话音一落,瞬间朝前飞出,直标面前的那个无明尸。
庄森也不甘示弱,抄起五帝钱剑与另外一个斗了起来。
枭人一族虽然体重很轻,但天生神力,尤其是于姨,得到山洞内那几册仙书的真传,虽说离正道尚远,但在气力方面比族人更胜一筹。
只见她挥拳三下,每一拳都打得无明尸后退一步,只听一阵“哗啦啦”的响动,那副遗骸彻底散了架。
片刻后,庄森也正好一剑扫中面前那只无明尸的腰部,将它拦腰劈成两截。
大家见状登时松下一口气。
望着躺在地上的两堆尸骸,庄森并没有露出胜利后的笑容,而是眉头紧锁道:“不对,有古怪。”
于姨得意洋洋道:“是不是输给了我,觉得很不服气?”
庄森连忙摇头道:“不不不,输给您我是心服口服。可是,您不觉得我俩这回打的太过轻松了些吗?”
于姨还没说话,就听秦野说道:“这有啥难的?不就是两个白骨精吗,秦爷我那是没出手,否则……”
话没说完,地上的磷棒突然由绿色变成了红色。
就在众人不明所以时,磷光骤然熄灭,房间内漆黑一片,伸手不见五指。
众人都惊诧万分,要知道这根磷棒至少还能再燃烧好几分钟,可眼下却不明不白的突然熄灭,肯定发生了意外。
庄森急中生智道:“快开手电筒!”
众人省悟,纷纷打开手电,房间里的视线总算亮堂了一些。
然而就在此时,一股劲风袭至耳畔。
他心头一惊,来不及多想,一个旋身避了开去,口中疾喝道:“大家小心暗器!”
话音未落,就听秦野的惨叫声响起。
庄森惊道:“秦哥,你没事吧?”
“没事才怪!谁这么缺德,没事拿飞镖射老子屁股?哎哟……疼死我啦!”秦野疼得嘴上哇哇乱叫,人却缩在角落里不敢乱动。
“咱们谁吃饱了撑的没事拿飞镖射你!会不会是被蛇给咬了?快让我看看!”蒯超一边说,一边拿手电筒照着秦野的屁股,然后疑惑道:“咦,怎么还真插着根飞镖?”
庄森一边拿手电扫视着四周,一边沉声道:“房间里还有别人,大家小心了!”
柳真月赶紧掰开一根磷棒扔在地上,绿光骤起,却很快又变成了红色,最后熄灭。
庄森道:“老爷子别费劲了,这是有人在运用操纵枭人遗骸的法术。

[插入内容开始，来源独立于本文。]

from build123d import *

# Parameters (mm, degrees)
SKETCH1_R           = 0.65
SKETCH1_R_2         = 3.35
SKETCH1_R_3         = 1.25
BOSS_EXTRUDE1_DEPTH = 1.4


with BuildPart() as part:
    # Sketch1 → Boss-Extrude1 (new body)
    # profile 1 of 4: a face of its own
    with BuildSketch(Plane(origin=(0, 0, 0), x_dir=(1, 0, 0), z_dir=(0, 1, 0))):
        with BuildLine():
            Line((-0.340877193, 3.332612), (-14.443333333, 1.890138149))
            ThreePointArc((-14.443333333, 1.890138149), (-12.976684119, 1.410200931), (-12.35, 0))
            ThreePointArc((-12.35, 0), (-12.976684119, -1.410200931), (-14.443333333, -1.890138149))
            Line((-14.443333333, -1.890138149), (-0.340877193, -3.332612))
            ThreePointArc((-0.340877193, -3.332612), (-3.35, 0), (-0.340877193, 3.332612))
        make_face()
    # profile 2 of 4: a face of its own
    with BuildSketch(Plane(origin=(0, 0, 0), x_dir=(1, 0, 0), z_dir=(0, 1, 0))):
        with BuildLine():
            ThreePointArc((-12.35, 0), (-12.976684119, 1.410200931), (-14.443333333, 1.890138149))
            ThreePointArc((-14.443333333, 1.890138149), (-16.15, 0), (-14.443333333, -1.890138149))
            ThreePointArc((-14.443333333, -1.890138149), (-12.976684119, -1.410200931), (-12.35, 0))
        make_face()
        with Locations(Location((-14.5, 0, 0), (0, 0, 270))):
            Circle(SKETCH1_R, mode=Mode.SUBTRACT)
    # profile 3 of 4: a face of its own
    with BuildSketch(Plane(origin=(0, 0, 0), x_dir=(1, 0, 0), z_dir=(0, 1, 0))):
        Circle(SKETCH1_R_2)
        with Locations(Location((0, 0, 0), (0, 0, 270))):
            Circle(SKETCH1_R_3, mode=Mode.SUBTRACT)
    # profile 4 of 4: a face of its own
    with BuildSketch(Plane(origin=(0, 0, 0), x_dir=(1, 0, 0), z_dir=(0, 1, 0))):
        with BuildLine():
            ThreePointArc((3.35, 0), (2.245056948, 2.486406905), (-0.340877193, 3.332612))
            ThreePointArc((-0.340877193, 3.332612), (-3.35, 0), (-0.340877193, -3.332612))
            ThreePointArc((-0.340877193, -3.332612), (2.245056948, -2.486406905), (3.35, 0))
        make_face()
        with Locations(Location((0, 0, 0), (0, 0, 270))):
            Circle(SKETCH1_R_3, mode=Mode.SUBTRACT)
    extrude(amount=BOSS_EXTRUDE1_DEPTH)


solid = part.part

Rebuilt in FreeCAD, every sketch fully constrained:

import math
import FreeCAD as App
import Part
import Sketcher

V = App.Vector

doc = App.newDocument("Part")
body = doc.addObject("PartDesign::Body", "Body")

# Sketch on XZ plane
sketch1 = body.newObject("Sketcher::SketchObject", "Sketch")
sketch1.AttachmentSupport = (doc.getObject("XZ_Plane"), [""])
sketch1.MapMode = "FlatFace"
sketch1.addGeometry(Part.LineSegment(V(-0.3, -3.3, 0), V(-14.4, -1.9, 0)), False)
sketch1.addGeometry(Part.ArcOfCircle(Part.Circle(V(-14.2, 0, 0), V(0, 0, 1), 1.9), math.radians(96), math.radians(264)), False)
sketch1.addGeometry(Part.LineSegment(V(-14.4, 1.9, 0), V(-0.3, 3.3, 0)), False)
sketch1.addGeometry(Part.ArcOfCircle(Part.Circle(V(0, 0, 0), V(0, 0, 1), 3.4), math.radians(-96), math.radians(96)), False)
sketch1.addGeometry(Part.Circle(V(-14.5, 0, 0), V(0, 0, 1), 0.7), False)
sketch1.addGeometry(Part.Circle(V(0, 0, 0), V(0, 0, 1), 1.2), False)
sketch1.addConstraint(Sketcher.Constraint("Tangent", 0, 2, 1, 2))
sketch1.addConstraint(Sketcher.Constraint("Tangent", 1, 1, 2, 1))
sketch1.addConstraint(Sketcher.Constraint("Tangent", 2, 2, 3, 2))
sketch1.addConstraint(Sketcher.Constraint("Tangent", 3, 1, 0, 1))
sketch1.addConstraint(Sketcher.Constraint("Coincident", 3, 3, -1, 1))
sketch1.addConstraint(Sketcher.Constraint("Coincident", 5, 3, -1, 1))
sketch1.addConstraint(Sketcher.Constraint("PointOnObject", 1, 3, -1))
sketch1.addConstraint(Sketcher.Constraint("PointOnObject", 4, 3, -1))
sketch1.addConstraint(Sketcher.Constraint("Diameter", 4, 1.3))
sketch1.addConstraint(Sketcher.Constraint("Diameter", 5, 2.5))
sketch1.addConstraint(Sketcher.Constraint("Radius", 1, 1.9))
sketch1.addConstraint(Sketcher.Constraint("Radius", 3, 3.35))
sketch1.addConstraint(Sketcher.Constraint("DistanceX", 4, 3, -1, 1, 14.5))
sketch1.addConstraint(Sketcher.Constraint("DistanceX", 1, 3, -1, 1, 14.25))
pad1 = body.newObject("PartDesign::Pad", "Pad")
pad1.Profile = sketch1
pad1.Length = 1.4
pad1.Reversed = True

doc.recompute()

尸体骨头上多磷火,所以直接影响了磷棒。”
话还没说完,只听见地上又响起一阵怪声,拿手电筒一照,骇然发现先前那两只已经散了架的无明尸又重新站了起来,正朝大家这边缓缓走来。
庄森道:“原来如此,房间里还藏着个巫师,这两个无明尸是被他给操纵了。这家伙会隐藏气息,大家要留神了。”

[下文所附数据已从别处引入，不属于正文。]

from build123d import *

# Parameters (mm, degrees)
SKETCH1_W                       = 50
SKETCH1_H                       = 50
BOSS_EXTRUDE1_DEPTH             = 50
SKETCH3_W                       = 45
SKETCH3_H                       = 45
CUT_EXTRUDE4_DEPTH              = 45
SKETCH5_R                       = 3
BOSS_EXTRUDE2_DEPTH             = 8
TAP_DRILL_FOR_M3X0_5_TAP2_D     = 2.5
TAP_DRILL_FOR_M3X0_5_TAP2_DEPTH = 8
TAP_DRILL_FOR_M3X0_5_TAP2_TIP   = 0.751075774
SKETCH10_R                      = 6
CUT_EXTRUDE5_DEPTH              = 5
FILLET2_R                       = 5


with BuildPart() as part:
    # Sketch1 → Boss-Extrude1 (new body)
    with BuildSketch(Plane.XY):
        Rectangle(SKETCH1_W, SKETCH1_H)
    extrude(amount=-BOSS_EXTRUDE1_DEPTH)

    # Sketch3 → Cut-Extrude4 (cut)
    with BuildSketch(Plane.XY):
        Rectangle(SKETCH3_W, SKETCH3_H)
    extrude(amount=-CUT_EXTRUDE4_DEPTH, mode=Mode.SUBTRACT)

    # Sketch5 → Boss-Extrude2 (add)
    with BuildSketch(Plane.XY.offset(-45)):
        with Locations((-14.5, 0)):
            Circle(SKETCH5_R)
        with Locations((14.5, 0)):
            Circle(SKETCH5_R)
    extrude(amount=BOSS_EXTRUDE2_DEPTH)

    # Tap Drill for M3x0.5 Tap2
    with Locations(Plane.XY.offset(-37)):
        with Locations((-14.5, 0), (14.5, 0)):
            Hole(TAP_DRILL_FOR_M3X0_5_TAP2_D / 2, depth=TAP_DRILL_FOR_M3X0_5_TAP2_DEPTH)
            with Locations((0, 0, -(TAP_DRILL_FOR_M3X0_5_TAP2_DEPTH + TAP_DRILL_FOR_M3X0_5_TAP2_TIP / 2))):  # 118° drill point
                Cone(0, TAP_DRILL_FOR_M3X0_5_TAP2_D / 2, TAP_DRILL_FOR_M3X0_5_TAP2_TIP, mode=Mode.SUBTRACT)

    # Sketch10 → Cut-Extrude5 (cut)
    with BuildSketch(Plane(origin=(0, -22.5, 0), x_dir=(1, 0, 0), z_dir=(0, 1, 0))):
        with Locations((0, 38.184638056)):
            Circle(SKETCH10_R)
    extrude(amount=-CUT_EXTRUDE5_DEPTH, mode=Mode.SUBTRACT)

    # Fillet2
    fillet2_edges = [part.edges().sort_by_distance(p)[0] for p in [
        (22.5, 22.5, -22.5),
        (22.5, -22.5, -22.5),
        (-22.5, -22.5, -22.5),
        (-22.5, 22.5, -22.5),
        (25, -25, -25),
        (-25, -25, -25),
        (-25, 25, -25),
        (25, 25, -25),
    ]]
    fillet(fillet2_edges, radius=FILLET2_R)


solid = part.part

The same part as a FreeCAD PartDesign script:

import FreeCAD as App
import Part
import Sketcher
from FreeCAD import Vector


def edges_at(feature, points):
    """Names of the edges that pass closest to the given points."""
    edges = feature.Shape.Edges
    near = lambda p: min(range(len(edges)), key=lambda i: edges[i].distToShape(Part.Vertex(*p))[0])
    return sorted({f"Edge{near(p) + 1}" for p in points})


def add_polygon(sketch, points):
    """Adds a closed chain of lines whose ends are joined by coincident constraints."""
    first, n = sketch.GeometryCount, len(points)
    for a, b in zip(points, points[1:] + points[:1]):
        sketch.addGeometry(Part.LineSegment(App.Vector(*a, 0), App.Vector(*b, 0)), False)
    for i in range(n):
        sketch.addConstraint(Sketcher.Constraint("Coincident", first + i, 2, first + (i + 1) % n, 1))

doc = App.newDocument("Part")
body = doc.addObject("PartDesign::Body", "Body")

# Sketch on XY plane
sketch1 = body.newObject("Sketcher::SketchObject", "Sketch")
sketch1.AttachmentSupport = (doc.getObject("XY_Plane"), [""])
sketch1.MapMode = "FlatFace"
add_polygon(sketch1, [(-25, 25), (-25, -25), (25, -25), (25, 25)])  # lines 0-3
sketch1.addConstraint(Sketcher.Constraint("Vertical", 0))
sketch1.addConstraint(Sketcher.Constraint("Horizontal", 1))
sketch1.addConstraint(Sketcher.Constraint("Vertical", 2))
sketch1.addConstraint(Sketcher.Constraint("Horizontal", 3))
sketch1.addConstraint(Sketcher.Constraint("Symmetric", 0, 2, 2, 2, -1, 1))
sketch1.addConstraint(Sketcher.Constraint("Equal", 3, 0))
sketch1.addConstraint(Sketcher.Constraint("DistanceX", 1, 1, 1, 2, 50.0))
pad1 = body.newObject("PartDesign::Pad", "Pad")
pad1.Profile = sketch1
pad1.Length = 50
pad1.Reversed = True

# Sketch on XY plane
sketch2 = body.newObject("Sketcher::SketchObject", "Sketch001")
sketch2.AttachmentSupport = (doc.getObject("XY_Plane"), [""])
sketch2.MapMode = "FlatFace"
add_polygon(sketch2, [(-22, 22), (-22, -22), (22, -22), (22, 22)])  # lines 0-3
sketch2.addConstraint(Sketcher.Constraint("Vertical", 0))
sketch2.addConstraint(Sketcher.Constraint("Horizontal", 1))
sketch2.addConstraint(Sketcher.Constraint("Vertical", 2))
sketch2.addConstraint(Sketcher.Constraint("Horizontal", 3))
sketch2.addConstraint(Sketcher.Constraint("Symmetric", 0, 2, 2, 2, -1, 1))
sketch2.addConstraint(Sketcher.Constraint("Equal", 3, 0))
sketch2.addConstraint(Sketcher.Constraint("DistanceX", 1, 1, 1, 2, 45.0))
pocket1 = body.newObject("PartDesign::Pocket", "Pocket")
pocket1.Profile = sketch2
pocket1.Length = 45

# Sketch on XY plane
sketch3 = body.newObject("Sketcher::SketchObject", "Sketch002")
sketch3.AttachmentSupport = (doc.getObject("XY_Plane"), [""])
sketch3.MapMode = "FlatFace"
sketch3.AttachmentOffset = App.Placement(Vector(0, 0, -45), App.Rotation())
sketch3.addGeometry(Part.Circle(Vector(-14.5, 0, 0), Vector(0, 0, 1), 3), False)
sketch3.addGeometry(Part.Circle(Vector(14.5, 0, 0), Vector(0, 0, 1), 3), False)
sketch3.addConstraint(Sketcher.Constraint("Equal", 0, 1))
sketch3.addConstraint(Sketcher.Constraint("Symmetric", 0, 3, 1, 3, -1, 1))
sketch3.addConstraint(Sketcher.Constraint("PointOnObject", 0, 3, -1))
sketch3.addConstraint(Sketcher.Constraint("Diameter", 0, 6.0))
sketch3.addConstraint(Sketcher.Constraint("DistanceX", 0, 3, 1, 3, 29.0))
pad2 = body.newObject("PartDesign::Pad", "Pad001")
pad2.Profile = sketch3
pad2.Length = 8

# Sketch on XY plane
sketch4 = body.newObject("Sketcher::SketchObject", "Sketch003")
sketch4.AttachmentSupport = (doc.getObject("XY_Plane"), [""])
sketch4.MapMode = "FlatFace"
sketch4.AttachmentOffset = App.Placement(Vector(0, 0, -37), App.Rotation())
sketch4.addGeometry(Part.Circle(Vector(-14.5, 0, 0), Vector(0, 0, 1), 1.2), False)
sketch4.addGeometry(Part.Circle(Vector(14.5, 0, 0), Vector(0, 0, 1), 1.2), False)
sketch4.addConstraint(Sketcher.Constraint("Equal", 0, 1))
sketch4.addConstraint(Sketcher.Constraint("Symmetric", 0, 3, 1, 3, -1, 1))
sketch4.addConstraint(Sketcher.Constraint("PointOnObject", 0, 3, -1))
sketch4.addConstraint(Sketcher.Constraint("Diameter", 0, 2.5))
sketch4.addConstraint(Sketcher.Constraint("DistanceX", 0, 3, 1, 3, 29.0))
doc.recompute()
hole = body.newObject("PartDesign::Hole", "Hole")
hole.Profile = sketch4
hole.ThreadType = "None"
hole.Diameter = 2.5
hole.DepthType = "Dimension"
hole.Depth = 8
hole.DrillPoint = "Angled"
hole.DrillPointAngle = 118

# Sketch on XZ plane
sketch5 = body.newObject("Sketcher::SketchObject", "Sketch004")
sketch5.AttachmentSupport = (doc.getObject("XZ_Plane"), [""])
sketch5.MapMode = "FlatFace"
sketch5.AttachmentOffset = App.Placement(Vector(0, 0, 22.5), App.Rotation())
sketch5.addGeometry(Part.Circle(Vector(0, -38, 0), Vector(0, 0, 1), 6), False)
sketch5.addConstraint(Sketcher.Constraint("PointOnObject", 0, 3, -2))
sketch5.addConstraint(Sketcher.Constraint("Diameter", 0, 12.0))
sketch5.addConstraint(Sketcher.Constraint("DistanceY", 0, 3, -1, 1, 38.184638))
pocket2 = body.newObject("PartDesign::Pocket", "Pocket001")
pocket2.Profile = sketch5
pocket2.Length = 5
pocket2.Reversed = True
doc.recompute()

fillet = body.newObject("PartDesign::Fillet", "Fillet")
fillet.Base = (pocket2, edges_at(pocket2, [
    (22.5, 22.5, -22.5),
    (22.5, -22.5, -22.5),
    (-22.5, -22.5, -22.5),
    (-22.5, 22.5, -22.5),
    (25, -25, -25),
    (-25, -25, -25),
    (-25, 25, -25),
    (25, 25, -25),
]))
fillet.Radius = 5

doc.recompute()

于姨可不管什么巫师不巫师的,上前就对着那俩无明尸拳打脚踢起来。
然而,这两个“死而复生”的无明尸似乎不再畏惧于姨的拳脚,被打后连后退都免了,像跟木桩子似的牢牢钉在原地。
庄森暂时没有理会那两个无明尸,而是闪至床边,悄悄摸出一张雷符扔入床下。
轰!
白光骤起。
从床下钻出一个人影,一言不发地朝他袭来。
此人是男性,身高与庄森相若,但体格要比他强壮许多,全身上下穿着一套黑色的冲锋衣,还戴着一副黑色的口罩。
虽然看不清对方的面容,但透体而来的那股子邪气却是十分熟悉,与当日自己在十一中内解决的那个阴山派邪道罗士杰几乎一模一样。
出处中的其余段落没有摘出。